Visualization of reference tree, user can find branch with respect to attribute range. 

**Parameters:**

- `exact_match_range[]` (list): A list to represent node exact match percentage range, for example [80, 100], which represents to find nodes with exact match percentage between 80% and 100%.

- `support_value_range` (list): A list to represent node support value range, for example [50, 80], which represents to find nodes with support value between 50 and 80.

  

#### `5.AD(view,scale,context_level,max_ad,ad_interval,tree_id,tree_name,sort,escape_taxa_as_context_block,show_block_proportional,subtree_independent,show_tree_name,filter,differentiate_inexact_match)`

Visualization of individual and cluster aggregated dendrograms, to show topological relationships between the selected focal subtree.

**Common parameters:**

- `view` (str): `AD Individual` to show individual aggregated dendrograms, `AD Cluster` to show cluster aggregated dendrograms.
- `scale` (foat): Set the scale of aggregated dendrograms, default scale is 0.1.

**Parameters in individual view:**

- `context_level` (int): Control how many context blocks to show.
- `max_ad` (int): Set the maximum number of aggregated dendrograms to display.
- `ad_interval`(list): List to represent tree id range, for example [1, 20], which represents to show aggregated dendrograms with tree id between 1 and 20.
- `tree_id` (list): Each integer in list represents a tree ID. Only trees matching these IDs will be displayed.
- `tree_name`(list): Each str in list represents a tree name. Only trees matching these names will be displayed.
- `sort`(str): Specify how to sort the displayed aggregated dendrograms, can choose from `id`, `name`, and `rf distance`.
- `escape_taxa_as_context_block`(Boolean): Determine whether escape taxa should be considered as a context block.
- `show_block_proportional` (Boolean): Determine whether to use color coverage to indicate the percentage of highlighted taxa within subtree
- `subtree_independent` (Boolean):  Determine whether to merge overlapping subtrees into a single block.
- `show_tree_name` (Boolean): Determine whether to show tree id and tree name on top of each aggregated dendrogram.
- `filter` (str):  Specify whether the conditions are inclusive or exclusive for the following parameters: ad_interval, tree_id,tree_name.

**Parameter in cluster view:**

- `differentiate_inexact_match` (Boolean): Choose whether to further distinguish exact and inexact matches in cluster

  

#### `6.pairwise_comparison(compare_tree)`

Pairwise compare two trees in detail. Allow to pairwise compare one tree in the collection with the reference tree or compare two trees in tree collection.

To compare a tree in the collection with the reference tree, user can choose a tree from AD()'s output view with mouse click.

**Parameter:**

`compare_tree` (int/str/list): Specify the trees for pairwise comparison. A tree can be specified using IDs or names. Providing an ID or name selects a single tree from the tree collection to compare with a reference tree. If a list is provided containing two trees, it indicates comparison between trees within the collection.

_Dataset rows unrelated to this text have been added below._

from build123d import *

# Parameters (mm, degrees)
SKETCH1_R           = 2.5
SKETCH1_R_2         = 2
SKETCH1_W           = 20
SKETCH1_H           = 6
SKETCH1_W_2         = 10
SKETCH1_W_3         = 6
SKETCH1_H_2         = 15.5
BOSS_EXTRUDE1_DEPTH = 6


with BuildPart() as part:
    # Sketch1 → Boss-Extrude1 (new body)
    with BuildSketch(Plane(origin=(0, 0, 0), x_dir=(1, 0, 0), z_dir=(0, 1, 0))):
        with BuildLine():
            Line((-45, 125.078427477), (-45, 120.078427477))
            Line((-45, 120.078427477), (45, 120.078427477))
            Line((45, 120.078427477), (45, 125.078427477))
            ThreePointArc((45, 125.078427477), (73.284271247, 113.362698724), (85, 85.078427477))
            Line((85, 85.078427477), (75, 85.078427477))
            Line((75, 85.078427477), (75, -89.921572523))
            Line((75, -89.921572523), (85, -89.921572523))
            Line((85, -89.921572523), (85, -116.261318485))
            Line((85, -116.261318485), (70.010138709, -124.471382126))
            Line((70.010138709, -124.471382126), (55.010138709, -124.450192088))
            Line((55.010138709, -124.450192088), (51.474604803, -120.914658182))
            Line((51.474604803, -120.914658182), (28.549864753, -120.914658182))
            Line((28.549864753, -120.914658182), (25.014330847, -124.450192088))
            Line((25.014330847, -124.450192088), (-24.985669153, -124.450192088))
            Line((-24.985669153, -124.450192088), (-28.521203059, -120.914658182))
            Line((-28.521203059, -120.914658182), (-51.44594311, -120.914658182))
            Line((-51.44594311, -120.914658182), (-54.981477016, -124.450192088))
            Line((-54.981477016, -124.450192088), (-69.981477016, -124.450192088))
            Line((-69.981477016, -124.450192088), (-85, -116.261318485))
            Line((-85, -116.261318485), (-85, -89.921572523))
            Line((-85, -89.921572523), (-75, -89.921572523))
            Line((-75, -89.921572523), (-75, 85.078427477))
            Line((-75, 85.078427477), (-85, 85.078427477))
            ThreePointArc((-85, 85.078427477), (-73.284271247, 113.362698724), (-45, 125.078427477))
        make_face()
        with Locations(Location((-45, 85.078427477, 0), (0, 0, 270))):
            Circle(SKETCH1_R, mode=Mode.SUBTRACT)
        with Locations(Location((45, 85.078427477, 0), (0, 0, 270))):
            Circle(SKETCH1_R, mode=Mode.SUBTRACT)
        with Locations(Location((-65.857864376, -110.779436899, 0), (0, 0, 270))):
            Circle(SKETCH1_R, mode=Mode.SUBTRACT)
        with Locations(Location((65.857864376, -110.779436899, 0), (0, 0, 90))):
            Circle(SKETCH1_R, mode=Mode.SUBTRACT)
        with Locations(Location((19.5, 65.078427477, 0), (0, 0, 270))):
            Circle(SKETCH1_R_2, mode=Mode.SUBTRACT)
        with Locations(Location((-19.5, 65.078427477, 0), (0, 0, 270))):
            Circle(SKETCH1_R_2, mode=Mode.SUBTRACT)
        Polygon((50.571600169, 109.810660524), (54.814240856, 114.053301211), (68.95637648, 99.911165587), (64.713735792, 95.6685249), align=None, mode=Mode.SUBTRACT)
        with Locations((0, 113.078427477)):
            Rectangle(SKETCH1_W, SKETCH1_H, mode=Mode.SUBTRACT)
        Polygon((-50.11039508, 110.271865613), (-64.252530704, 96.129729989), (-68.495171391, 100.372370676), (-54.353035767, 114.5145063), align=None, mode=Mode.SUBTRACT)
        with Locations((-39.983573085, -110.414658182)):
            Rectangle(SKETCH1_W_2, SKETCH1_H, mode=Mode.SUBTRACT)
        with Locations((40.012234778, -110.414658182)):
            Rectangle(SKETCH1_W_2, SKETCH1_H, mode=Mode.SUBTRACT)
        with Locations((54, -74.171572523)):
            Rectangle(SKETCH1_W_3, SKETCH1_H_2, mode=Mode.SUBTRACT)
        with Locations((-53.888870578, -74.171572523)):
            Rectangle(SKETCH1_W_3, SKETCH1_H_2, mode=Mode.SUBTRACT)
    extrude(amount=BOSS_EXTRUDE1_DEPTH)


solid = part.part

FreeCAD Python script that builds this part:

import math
import FreeCAD as App
import Part
import Sketcher
from FreeCAD import Vector

doc = App.newDocument("Part")
body = doc.addObject("PartDesign::Body", "Body")

# Sketch on XZ plane
sketch1 = doc.addObject("Sketcher::SketchObject", "Sketch")
body.addObject(sketch1)
sketch1.AttachmentSupport = (doc.XZ_Plane, [""])
sketch1.MapMode = "FlatFace"
sketch1.addGeometry(Part.LineSegment(Vector(-45, -120.1, 0), Vector(-45, -125.1, 0)), False)
sketch1.addGeometry(Part.ArcOfCircle(Part.Circle(Vector(-45, -85.1, 0), Vector(0, 0, 1), 40), math.radians(-180), math.radians(-90)), False)
sketch1.addGeometry(Part.LineSegment(Vector(-85, -85.1, 0), Vector(-75, -85.1, 0)), False)
sketch1.addGeometry(Part.LineSegment(Vector(-75, -85.1, 0), Vector(-75, 89.9, 0)), False)
sketch1.addGeometry(Part.LineSegment(Vector(-75, 89.9, 0), Vector(-85, 89.9, 0)), False)
sketch1.addGeometry(Part.LineSegment(Vector(-85, 89.9, 0), Vector(-85, 116.3, 0)), False)
sketch1.addGeometry(Part.LineSegment(Vector(-85, 116.3, 0), Vector(-70, 124.5, 0)), False)
sketch1.addGeometry(Part.LineSegment(Vector(-70, 124.5, 0), Vector(-55, 124.5, 0)), False)
sketch1.addGeometry(Part.LineSegment(Vector(-55, 124.5, 0), Vector(-51.4, 120.9, 0)), False)
sketch1.addGeometry(Part.LineSegment(Vector(-51.4, 120.9, 0), Vector(-28.5, 120.9, 0)), False)
sketch1.addGeometry(Part.LineSegment(Vector(-28.5, 120.9, 0), Vector(-25, 124.5, 0)), False)
sketch1.addGeometry(Part.LineSegment(Vector(-25, 124.5, 0), Vector(25, 124.5, 0)), False)
sketch1.addGeometry(Part.LineSegment(Vector(25, 124.5, 0), Vector(28.5, 120.9, 0)), False)
sketch1.addGeometry(Part.LineSegment(Vector(28.5, 120.9, 0), Vector(51.5, 120.9, 0)), False)
sketch1.addGeometry(Part.LineSegment(Vector(51.5, 120.9, 0), Vector(55, 124.5, 0)), False)
sketch1.addGeometry(Part.LineSegment(Vector(55, 124.5, 0), Vector(70, 124.5, 0)), False)
sketch1.addGeometry(Part.LineSegment(Vector(70, 124.5, 0), Vector(85, 116.3, 0)), False)
sketch1.addGeometry(Part.LineSegment(Vector(85, 116.3, 0), Vector(85, 89.9, 0)), False)
sketch1.addGeometry(Part.LineSegment(Vector(85, 89.9, 0), Vector(75, 89.9, 0)), False)
sketch1.addGeometry(Part.LineSegment(Vector(75, 89.9, 0), Vector(75, -85.1, 0)), False)
sketch1.addGeometry(Part.LineSegment(Vector(75, -85.1, 0), Vector(85, -85.1, 0)), False)
sketch1.addGeometry(Part.ArcOfCircle(Part.Circle(Vector(45, -85.1, 0), Vector(0, 0, 1), 40), math.radians(-90), math.radians(0)), False)
sketch1.addGeometry(Part.LineSegment(Vector(45, -125.1, 0), Vector(45, -120.1, 0)), False)
sketch1.addGeometry(Part.LineSegment(Vector(45, -120.1, 0), Vector(-45, -120.1, 0)), False)
sketch1.addGeometry(Part.Circle(Vector(65.9, 110.8, 0), Vector(0, 0, 1), 2.5), False)
sketch1.addGeometry(Part.LineSegment(Vector(35, 113.4, 0), Vector(35, 107.4, 0)), False)
sketch1.addGeometry(Part.LineSegment(Vector(35, 107.4, 0), Vector(45, 107.4, 0)), False)
sketch1.addGeometry(Part.LineSegment(Vector(45, 107.4, 0), Vector(45, 113.4, 0)), False)
sketch1.addGeometry(Part.LineSegment(Vector(45, 113.4, 0), Vector(35, 113.4, 0)), False)
sketch1.addGeometry(Part.LineSegment(Vector(51, 81.9, 0), Vector(51, 66.4, 0)), False)
sketch1.addGeometry(Part.LineSegment(Vector(51, 66.4, 0), Vector(57, 66.4, 0)), False)
sketch1.addGeometry(Part.LineSegment(Vector(57, 66.4, 0), Vector(57, 81.9, 0)), False)
sketch1.addGeometry(Part.LineSegment(Vector(57, 81.9, 0), Vector(51, 81.9, 0)), False)
sketch1.addGeometry(Part.LineSegment(Vector(-45, 113.4, 0), Vector(-45, 107.4, 0)), False)
sketch1.addGeometry(Part.LineSegment(Vector(-45, 107.4, 0), Vector(-35, 107.4, 0)), False)
sketch1.addGeometry(Part.LineSegment(Vector(-35, 107.4, 0), Vector(-35, 113.4, 0)), False)
sketch1.addGeometry(Part.LineSegment(Vector(-35, 113.4, 0), Vector(-45, 113.4, 0)), False)
sketch1.addGeometry(Part.Circle(Vector(-65.9, 110.8, 0), Vector(0, 0, 1), 2.5), False)
sketch1.addGeometry(Part.LineSegment(Vector(-56.9, 81.9, 0), Vector(-56.9, 66.4, 0)), False)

#### `7.tree_distribution()`

Showing distributions of trees in terms of their agreement and conflicts of leaf memberships for user-selected subtrees.



#### `8.tree_distance()`

Display the distances between each trees using a scatter plot.

**Return:**

- `Plotly` scatter showing distances between trees computed by the t-SNE dimensionality reduction technique.



#### `9.export_image(view,filename,*args)`

Exports generated view as an image

**Parameter:**

`view` (str): Selects which view to export. Choices include `Reference Tree`,`AD Individual`,`AD Cluster`,`Tree Distribution`,`Tree Distance`,`Pairwise Comparison`.